DIRECTIONS - Copy out the entries below exactly as they stand, but only from the line containing "#15=CARTESIAN_POINT('',(0.,35.,10.));" through the line containing "#29=CARTESIAN_POINT('',(35.,35.,10.));".

PROVIDED RECORDS -
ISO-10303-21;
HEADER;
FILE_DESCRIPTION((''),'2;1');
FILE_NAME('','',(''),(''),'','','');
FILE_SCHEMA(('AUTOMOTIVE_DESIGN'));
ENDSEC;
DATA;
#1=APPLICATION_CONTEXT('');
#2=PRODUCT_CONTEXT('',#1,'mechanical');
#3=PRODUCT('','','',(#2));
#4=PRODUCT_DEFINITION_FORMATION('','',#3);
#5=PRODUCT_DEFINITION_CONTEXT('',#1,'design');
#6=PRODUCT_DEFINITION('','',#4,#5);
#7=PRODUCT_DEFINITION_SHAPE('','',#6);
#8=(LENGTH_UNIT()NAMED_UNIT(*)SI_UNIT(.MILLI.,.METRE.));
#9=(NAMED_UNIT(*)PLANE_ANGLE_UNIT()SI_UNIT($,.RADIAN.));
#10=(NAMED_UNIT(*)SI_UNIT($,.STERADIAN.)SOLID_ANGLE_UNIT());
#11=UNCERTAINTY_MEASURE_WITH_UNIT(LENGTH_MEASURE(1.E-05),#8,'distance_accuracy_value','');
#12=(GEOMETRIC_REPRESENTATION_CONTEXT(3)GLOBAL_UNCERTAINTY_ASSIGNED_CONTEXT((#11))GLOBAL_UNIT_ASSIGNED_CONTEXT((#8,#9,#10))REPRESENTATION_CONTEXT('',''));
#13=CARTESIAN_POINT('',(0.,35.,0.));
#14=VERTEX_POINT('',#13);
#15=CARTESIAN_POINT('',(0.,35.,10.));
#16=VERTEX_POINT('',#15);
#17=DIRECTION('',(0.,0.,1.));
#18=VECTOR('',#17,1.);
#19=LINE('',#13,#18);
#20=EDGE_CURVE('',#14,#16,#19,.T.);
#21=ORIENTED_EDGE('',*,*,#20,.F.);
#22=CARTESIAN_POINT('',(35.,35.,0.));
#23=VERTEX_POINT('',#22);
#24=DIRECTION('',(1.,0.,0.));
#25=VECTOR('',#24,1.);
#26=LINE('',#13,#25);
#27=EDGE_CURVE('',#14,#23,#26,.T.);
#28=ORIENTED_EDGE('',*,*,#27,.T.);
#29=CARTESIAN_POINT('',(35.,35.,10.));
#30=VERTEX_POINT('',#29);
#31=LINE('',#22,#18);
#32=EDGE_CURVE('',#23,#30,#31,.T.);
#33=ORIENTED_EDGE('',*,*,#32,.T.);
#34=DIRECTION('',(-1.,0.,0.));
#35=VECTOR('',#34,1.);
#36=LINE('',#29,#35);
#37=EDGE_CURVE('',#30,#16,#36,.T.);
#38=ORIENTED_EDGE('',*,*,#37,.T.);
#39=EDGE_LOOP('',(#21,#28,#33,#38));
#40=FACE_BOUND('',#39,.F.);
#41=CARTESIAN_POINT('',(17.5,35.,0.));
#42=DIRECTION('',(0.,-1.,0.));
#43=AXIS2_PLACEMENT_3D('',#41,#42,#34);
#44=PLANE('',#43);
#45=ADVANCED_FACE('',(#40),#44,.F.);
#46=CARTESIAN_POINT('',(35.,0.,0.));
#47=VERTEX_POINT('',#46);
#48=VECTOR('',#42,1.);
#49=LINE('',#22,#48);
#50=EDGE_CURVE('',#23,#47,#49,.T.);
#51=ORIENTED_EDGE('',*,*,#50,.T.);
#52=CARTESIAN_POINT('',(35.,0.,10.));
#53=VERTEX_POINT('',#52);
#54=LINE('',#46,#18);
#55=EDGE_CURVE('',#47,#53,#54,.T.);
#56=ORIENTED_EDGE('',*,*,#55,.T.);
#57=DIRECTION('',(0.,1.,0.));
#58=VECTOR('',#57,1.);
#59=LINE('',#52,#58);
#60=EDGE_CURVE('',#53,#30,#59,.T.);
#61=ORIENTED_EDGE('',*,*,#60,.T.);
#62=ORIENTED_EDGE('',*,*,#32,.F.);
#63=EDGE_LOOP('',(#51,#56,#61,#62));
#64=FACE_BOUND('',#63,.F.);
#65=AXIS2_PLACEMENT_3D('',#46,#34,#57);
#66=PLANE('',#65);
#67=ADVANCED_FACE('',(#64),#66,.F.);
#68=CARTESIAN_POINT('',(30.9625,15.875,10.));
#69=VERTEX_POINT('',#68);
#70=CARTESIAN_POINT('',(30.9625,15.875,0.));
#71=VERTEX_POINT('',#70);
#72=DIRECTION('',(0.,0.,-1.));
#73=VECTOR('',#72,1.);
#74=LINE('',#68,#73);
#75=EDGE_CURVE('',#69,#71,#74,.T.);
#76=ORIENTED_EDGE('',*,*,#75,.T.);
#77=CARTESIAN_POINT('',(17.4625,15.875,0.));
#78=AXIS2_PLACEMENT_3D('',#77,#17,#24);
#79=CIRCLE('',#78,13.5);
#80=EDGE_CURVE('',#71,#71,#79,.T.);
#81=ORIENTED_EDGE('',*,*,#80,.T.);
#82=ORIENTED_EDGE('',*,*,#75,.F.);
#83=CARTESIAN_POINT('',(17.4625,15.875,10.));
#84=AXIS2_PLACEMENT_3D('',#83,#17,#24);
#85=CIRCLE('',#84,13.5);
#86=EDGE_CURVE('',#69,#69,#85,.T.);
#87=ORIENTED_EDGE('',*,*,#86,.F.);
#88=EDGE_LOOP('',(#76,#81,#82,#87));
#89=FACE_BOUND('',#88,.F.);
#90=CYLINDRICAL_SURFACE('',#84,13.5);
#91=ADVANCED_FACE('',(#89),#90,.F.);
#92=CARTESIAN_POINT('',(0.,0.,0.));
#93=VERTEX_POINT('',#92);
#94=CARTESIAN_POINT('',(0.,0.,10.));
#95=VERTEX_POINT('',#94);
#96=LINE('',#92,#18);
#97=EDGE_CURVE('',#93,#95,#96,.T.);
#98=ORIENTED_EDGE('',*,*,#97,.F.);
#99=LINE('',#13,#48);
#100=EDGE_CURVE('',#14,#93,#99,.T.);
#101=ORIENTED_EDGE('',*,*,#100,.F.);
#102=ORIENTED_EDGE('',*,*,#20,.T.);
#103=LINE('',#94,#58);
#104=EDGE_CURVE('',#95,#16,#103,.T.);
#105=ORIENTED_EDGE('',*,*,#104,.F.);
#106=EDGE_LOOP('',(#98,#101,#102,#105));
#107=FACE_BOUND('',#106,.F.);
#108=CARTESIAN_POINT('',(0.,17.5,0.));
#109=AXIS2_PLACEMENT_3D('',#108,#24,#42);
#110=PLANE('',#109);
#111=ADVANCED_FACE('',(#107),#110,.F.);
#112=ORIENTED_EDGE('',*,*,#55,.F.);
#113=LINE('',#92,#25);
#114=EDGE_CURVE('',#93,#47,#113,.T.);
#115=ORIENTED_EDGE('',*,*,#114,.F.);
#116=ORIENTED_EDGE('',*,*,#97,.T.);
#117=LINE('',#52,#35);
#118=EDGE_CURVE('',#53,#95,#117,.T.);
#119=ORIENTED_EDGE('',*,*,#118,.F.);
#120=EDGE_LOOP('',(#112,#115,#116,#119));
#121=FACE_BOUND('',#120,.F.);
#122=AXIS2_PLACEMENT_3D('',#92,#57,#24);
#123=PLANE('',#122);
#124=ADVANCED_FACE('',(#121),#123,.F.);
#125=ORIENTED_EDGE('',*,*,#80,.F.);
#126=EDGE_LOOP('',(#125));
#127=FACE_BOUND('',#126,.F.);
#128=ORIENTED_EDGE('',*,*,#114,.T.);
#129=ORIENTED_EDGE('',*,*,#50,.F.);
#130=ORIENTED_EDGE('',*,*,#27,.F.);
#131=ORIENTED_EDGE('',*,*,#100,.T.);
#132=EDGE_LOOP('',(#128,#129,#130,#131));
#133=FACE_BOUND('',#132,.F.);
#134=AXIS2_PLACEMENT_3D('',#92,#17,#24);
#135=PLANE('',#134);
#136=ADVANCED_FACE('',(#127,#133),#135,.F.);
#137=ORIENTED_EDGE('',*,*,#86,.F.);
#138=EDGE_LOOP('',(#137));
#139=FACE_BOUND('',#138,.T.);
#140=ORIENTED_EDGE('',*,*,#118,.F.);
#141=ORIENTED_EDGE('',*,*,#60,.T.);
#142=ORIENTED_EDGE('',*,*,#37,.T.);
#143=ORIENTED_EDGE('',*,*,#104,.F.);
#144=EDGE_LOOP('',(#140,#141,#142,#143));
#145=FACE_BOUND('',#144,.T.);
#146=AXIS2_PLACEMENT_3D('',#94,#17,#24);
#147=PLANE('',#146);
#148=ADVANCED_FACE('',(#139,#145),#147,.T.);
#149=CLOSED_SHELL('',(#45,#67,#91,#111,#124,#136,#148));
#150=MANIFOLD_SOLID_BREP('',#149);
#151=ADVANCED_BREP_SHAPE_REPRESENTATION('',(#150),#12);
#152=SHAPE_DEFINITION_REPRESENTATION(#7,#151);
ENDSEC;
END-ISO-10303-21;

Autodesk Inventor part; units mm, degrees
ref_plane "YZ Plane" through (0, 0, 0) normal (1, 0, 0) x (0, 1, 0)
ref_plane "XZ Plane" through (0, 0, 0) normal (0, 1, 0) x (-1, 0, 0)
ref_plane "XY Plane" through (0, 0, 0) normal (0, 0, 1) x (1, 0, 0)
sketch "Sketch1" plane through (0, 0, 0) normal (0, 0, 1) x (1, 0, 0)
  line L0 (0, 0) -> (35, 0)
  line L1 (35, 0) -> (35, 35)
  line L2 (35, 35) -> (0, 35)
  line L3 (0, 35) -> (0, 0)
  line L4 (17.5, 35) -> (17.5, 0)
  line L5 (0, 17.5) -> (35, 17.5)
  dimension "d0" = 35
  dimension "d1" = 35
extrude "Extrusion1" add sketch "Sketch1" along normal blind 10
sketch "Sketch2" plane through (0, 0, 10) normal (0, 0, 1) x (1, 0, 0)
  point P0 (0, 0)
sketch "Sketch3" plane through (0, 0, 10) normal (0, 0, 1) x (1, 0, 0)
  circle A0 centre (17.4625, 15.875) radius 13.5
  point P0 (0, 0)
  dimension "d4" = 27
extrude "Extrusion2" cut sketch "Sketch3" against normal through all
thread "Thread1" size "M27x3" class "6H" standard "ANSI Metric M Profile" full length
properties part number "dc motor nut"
* * *
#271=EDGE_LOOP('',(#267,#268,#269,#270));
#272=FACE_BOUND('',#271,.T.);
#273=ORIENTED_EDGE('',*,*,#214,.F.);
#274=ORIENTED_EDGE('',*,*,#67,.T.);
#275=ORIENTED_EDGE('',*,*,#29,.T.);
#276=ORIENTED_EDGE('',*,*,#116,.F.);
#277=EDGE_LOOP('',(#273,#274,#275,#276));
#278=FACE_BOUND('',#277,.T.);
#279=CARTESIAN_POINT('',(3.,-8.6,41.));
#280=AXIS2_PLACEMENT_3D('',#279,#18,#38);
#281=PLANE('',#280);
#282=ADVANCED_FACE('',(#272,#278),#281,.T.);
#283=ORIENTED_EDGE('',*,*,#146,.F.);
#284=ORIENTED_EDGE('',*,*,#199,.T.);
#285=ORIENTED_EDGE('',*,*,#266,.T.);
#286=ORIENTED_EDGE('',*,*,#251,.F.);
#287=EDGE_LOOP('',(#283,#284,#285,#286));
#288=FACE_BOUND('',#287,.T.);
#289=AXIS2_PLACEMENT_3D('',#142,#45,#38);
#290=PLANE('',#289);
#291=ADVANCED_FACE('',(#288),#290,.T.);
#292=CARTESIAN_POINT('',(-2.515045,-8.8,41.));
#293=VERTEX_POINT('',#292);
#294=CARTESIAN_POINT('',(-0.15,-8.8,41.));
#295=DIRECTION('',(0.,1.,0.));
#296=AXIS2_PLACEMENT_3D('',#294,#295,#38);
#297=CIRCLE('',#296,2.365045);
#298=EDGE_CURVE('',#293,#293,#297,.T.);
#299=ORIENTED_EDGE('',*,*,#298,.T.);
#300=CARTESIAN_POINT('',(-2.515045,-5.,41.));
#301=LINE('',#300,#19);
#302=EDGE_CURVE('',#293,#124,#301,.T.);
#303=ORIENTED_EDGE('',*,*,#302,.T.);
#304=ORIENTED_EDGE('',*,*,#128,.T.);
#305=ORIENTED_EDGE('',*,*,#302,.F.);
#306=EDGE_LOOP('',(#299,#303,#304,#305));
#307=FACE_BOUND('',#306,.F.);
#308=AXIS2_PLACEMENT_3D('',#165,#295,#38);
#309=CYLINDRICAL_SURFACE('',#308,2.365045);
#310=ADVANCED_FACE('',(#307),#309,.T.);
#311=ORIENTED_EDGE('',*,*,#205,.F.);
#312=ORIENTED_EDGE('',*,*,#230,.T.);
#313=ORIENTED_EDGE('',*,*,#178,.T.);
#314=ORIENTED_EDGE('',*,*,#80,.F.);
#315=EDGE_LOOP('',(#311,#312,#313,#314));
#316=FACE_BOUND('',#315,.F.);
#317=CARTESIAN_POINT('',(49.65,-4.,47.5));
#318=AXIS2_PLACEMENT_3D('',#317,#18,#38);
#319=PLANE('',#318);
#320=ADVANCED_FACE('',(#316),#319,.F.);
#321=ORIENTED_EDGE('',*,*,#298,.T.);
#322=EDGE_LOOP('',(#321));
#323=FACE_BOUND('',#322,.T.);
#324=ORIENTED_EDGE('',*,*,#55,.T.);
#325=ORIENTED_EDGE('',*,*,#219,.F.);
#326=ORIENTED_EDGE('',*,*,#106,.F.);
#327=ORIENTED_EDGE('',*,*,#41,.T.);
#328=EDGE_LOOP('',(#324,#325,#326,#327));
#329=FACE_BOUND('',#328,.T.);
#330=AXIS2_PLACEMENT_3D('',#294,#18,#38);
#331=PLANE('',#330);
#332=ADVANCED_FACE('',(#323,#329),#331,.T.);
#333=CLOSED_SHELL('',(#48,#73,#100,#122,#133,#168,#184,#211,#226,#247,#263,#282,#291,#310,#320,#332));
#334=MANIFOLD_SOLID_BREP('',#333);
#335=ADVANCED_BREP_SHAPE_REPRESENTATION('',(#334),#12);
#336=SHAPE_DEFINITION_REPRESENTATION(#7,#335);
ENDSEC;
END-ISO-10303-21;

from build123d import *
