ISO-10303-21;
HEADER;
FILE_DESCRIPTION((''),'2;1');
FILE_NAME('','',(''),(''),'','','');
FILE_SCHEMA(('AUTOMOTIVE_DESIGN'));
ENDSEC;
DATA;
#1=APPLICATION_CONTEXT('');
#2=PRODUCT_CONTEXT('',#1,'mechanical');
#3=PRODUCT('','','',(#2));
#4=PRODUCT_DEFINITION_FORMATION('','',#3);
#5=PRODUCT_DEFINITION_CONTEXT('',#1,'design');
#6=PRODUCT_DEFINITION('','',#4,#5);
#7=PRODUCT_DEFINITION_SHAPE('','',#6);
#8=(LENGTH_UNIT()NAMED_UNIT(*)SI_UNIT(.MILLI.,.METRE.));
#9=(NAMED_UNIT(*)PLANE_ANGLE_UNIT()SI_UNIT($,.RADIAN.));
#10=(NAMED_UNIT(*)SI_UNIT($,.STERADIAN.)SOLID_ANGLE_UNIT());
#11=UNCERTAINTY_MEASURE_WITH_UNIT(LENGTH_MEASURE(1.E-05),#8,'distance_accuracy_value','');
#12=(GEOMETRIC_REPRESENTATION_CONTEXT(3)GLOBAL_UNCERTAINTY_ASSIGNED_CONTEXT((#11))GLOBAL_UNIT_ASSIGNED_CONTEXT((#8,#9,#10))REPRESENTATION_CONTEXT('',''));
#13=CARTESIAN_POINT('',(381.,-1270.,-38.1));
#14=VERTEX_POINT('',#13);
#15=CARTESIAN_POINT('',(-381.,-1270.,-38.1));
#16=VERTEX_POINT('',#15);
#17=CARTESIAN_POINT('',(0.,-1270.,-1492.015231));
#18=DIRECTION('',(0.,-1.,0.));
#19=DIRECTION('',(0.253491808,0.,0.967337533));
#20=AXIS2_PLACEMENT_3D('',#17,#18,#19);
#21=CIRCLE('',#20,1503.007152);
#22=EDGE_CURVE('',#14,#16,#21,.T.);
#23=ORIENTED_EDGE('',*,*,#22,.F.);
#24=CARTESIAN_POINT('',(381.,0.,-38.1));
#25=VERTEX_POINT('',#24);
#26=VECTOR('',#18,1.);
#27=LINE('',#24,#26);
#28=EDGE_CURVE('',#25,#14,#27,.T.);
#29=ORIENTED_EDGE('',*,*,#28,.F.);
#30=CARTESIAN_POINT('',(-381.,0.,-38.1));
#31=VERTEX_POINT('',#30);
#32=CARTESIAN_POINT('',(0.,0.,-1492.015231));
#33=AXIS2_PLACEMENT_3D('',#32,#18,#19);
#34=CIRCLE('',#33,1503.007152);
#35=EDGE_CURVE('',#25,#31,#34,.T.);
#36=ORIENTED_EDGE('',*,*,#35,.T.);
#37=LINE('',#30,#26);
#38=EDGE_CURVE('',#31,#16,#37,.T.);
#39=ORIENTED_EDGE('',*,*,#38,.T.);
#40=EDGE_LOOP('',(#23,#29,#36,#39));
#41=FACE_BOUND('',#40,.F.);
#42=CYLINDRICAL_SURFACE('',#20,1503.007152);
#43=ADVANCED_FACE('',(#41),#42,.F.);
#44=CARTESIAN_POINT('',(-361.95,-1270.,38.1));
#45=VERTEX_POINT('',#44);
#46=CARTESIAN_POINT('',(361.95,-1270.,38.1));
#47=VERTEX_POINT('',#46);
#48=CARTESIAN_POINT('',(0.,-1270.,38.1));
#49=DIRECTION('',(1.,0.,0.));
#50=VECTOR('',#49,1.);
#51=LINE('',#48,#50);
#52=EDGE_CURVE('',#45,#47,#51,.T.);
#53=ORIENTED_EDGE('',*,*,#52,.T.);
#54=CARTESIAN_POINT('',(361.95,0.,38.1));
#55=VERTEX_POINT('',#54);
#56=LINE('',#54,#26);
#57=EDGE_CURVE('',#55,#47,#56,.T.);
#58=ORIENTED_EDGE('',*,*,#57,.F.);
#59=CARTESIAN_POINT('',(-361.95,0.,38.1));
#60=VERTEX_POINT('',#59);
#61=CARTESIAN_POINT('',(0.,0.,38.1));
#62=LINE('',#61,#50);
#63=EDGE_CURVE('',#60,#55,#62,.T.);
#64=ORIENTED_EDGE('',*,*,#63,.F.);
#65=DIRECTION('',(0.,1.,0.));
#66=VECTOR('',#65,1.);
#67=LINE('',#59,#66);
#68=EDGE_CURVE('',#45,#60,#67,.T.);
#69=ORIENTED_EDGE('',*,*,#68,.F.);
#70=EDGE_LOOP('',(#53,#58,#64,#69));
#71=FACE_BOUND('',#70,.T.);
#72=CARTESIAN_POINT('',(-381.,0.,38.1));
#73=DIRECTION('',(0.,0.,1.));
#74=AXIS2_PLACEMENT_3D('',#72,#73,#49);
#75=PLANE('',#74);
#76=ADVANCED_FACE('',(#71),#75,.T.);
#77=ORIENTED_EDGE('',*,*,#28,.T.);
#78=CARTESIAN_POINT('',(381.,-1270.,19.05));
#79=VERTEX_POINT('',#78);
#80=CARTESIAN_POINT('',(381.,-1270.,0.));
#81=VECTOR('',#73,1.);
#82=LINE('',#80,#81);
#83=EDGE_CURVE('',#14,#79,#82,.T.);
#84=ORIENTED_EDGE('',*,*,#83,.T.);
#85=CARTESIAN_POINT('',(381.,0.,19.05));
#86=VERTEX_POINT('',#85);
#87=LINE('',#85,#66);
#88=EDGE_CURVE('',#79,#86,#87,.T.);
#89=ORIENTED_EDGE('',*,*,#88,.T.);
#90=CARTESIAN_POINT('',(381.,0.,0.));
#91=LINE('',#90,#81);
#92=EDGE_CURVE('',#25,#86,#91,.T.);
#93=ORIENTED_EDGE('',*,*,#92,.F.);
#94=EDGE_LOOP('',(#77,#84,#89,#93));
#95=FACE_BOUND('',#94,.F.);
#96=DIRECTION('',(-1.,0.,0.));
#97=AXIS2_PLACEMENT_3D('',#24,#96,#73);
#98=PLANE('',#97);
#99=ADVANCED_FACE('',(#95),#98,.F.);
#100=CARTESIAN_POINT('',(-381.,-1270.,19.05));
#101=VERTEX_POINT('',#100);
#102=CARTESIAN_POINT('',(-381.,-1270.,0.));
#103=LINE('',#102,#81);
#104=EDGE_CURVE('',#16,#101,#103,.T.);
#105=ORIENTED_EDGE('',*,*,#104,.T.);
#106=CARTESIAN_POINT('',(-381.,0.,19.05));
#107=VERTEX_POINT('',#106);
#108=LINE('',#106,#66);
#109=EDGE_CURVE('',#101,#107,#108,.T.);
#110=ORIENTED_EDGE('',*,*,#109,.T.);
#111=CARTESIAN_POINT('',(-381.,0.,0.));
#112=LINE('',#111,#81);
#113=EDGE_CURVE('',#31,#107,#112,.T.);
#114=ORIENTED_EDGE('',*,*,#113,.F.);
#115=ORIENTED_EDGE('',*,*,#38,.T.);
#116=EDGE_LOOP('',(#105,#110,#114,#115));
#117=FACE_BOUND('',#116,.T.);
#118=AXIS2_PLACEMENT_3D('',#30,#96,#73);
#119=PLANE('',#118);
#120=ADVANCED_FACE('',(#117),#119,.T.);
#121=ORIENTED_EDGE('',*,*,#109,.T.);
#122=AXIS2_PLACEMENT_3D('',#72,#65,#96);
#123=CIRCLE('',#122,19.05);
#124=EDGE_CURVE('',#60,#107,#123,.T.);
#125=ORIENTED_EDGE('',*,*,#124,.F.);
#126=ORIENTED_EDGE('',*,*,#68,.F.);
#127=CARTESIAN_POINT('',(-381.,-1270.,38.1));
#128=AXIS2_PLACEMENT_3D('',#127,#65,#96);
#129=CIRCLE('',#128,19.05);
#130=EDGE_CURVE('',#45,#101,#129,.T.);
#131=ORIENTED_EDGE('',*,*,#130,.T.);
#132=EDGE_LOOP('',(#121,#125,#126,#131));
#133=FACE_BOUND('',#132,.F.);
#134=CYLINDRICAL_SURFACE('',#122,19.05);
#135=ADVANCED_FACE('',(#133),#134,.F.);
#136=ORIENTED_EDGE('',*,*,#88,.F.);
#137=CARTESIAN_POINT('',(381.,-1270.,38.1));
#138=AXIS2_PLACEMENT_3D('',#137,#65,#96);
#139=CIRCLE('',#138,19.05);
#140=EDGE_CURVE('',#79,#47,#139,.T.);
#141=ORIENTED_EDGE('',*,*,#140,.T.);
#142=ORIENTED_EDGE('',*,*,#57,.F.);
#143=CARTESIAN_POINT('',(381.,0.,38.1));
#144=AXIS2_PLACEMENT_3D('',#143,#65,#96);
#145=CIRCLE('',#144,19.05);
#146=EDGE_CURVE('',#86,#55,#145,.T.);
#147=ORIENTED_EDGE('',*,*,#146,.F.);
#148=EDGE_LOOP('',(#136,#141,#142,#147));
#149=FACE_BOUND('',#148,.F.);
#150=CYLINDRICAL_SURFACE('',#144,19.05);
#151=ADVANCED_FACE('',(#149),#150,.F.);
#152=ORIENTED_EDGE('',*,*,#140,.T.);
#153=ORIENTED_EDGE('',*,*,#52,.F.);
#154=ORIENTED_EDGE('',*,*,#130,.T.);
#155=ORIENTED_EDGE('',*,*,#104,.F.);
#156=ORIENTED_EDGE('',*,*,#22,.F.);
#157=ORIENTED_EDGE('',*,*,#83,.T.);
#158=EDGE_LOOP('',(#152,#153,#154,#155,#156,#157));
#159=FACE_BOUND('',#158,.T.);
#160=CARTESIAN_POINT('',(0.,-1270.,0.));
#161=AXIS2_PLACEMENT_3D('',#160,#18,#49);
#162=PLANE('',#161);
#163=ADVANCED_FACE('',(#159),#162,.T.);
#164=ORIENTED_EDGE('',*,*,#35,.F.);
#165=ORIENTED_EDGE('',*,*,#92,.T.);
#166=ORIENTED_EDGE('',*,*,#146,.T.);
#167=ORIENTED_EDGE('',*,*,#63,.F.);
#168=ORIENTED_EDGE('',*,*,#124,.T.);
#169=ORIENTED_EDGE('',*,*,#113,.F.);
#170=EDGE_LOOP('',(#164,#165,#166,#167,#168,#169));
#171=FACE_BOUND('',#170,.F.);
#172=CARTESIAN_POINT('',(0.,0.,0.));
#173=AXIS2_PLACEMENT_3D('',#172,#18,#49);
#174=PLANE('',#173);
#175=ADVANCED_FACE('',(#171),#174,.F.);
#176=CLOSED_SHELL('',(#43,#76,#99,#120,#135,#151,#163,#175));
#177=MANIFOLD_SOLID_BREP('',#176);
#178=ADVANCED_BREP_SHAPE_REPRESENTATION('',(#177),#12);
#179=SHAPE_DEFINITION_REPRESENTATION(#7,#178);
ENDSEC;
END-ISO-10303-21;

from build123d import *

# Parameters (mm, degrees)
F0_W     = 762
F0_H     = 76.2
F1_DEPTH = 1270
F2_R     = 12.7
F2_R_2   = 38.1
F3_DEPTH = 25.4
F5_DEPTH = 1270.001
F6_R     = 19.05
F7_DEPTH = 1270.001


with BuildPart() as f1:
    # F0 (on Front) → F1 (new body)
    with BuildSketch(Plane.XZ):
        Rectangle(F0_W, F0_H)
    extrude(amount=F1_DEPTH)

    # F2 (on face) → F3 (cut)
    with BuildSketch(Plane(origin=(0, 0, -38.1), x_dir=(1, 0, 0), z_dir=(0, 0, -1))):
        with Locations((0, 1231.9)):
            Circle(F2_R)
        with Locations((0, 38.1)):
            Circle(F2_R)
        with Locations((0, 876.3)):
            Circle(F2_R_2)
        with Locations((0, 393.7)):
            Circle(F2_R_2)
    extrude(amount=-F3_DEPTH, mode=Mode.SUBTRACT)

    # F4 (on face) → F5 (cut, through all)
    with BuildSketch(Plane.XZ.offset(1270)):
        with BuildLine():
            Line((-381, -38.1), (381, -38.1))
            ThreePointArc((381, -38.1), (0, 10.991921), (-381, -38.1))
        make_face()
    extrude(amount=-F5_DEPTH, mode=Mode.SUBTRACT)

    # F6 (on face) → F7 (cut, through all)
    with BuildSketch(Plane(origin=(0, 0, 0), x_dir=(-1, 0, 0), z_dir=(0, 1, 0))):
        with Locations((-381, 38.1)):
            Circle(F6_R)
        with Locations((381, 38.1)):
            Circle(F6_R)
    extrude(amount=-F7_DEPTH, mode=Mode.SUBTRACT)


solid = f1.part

ANSWER FOR THE TASK -
#15=CARTESIAN_POINT('',(0.,35.,10.));
#16=VERTEX_POINT('',#15);
#17=DIRECTION('',(0.,0.,1.));
#18=VECTOR('',#17,1.);
#19=LINE('',#13,#18);
#20=EDGE_CURVE('',#14,#16,#19,.T.);
#21=ORIENTED_EDGE('',*,*,#20,.F.);
#22=CARTESIAN_POINT('',(35.,35.,0.));
#23=VERTEX_POINT('',#22);
#24=DIRECTION('',(1.,0.,0.));
#25=VECTOR('',#24,1.);
#26=LINE('',#13,#25);
#27=EDGE_CURVE('',#14,#23,#26,.T.);
#28=ORIENTED_EDGE('',*,*,#27,.T.);
#29=CARTESIAN_POINT('',(35.,35.,10.));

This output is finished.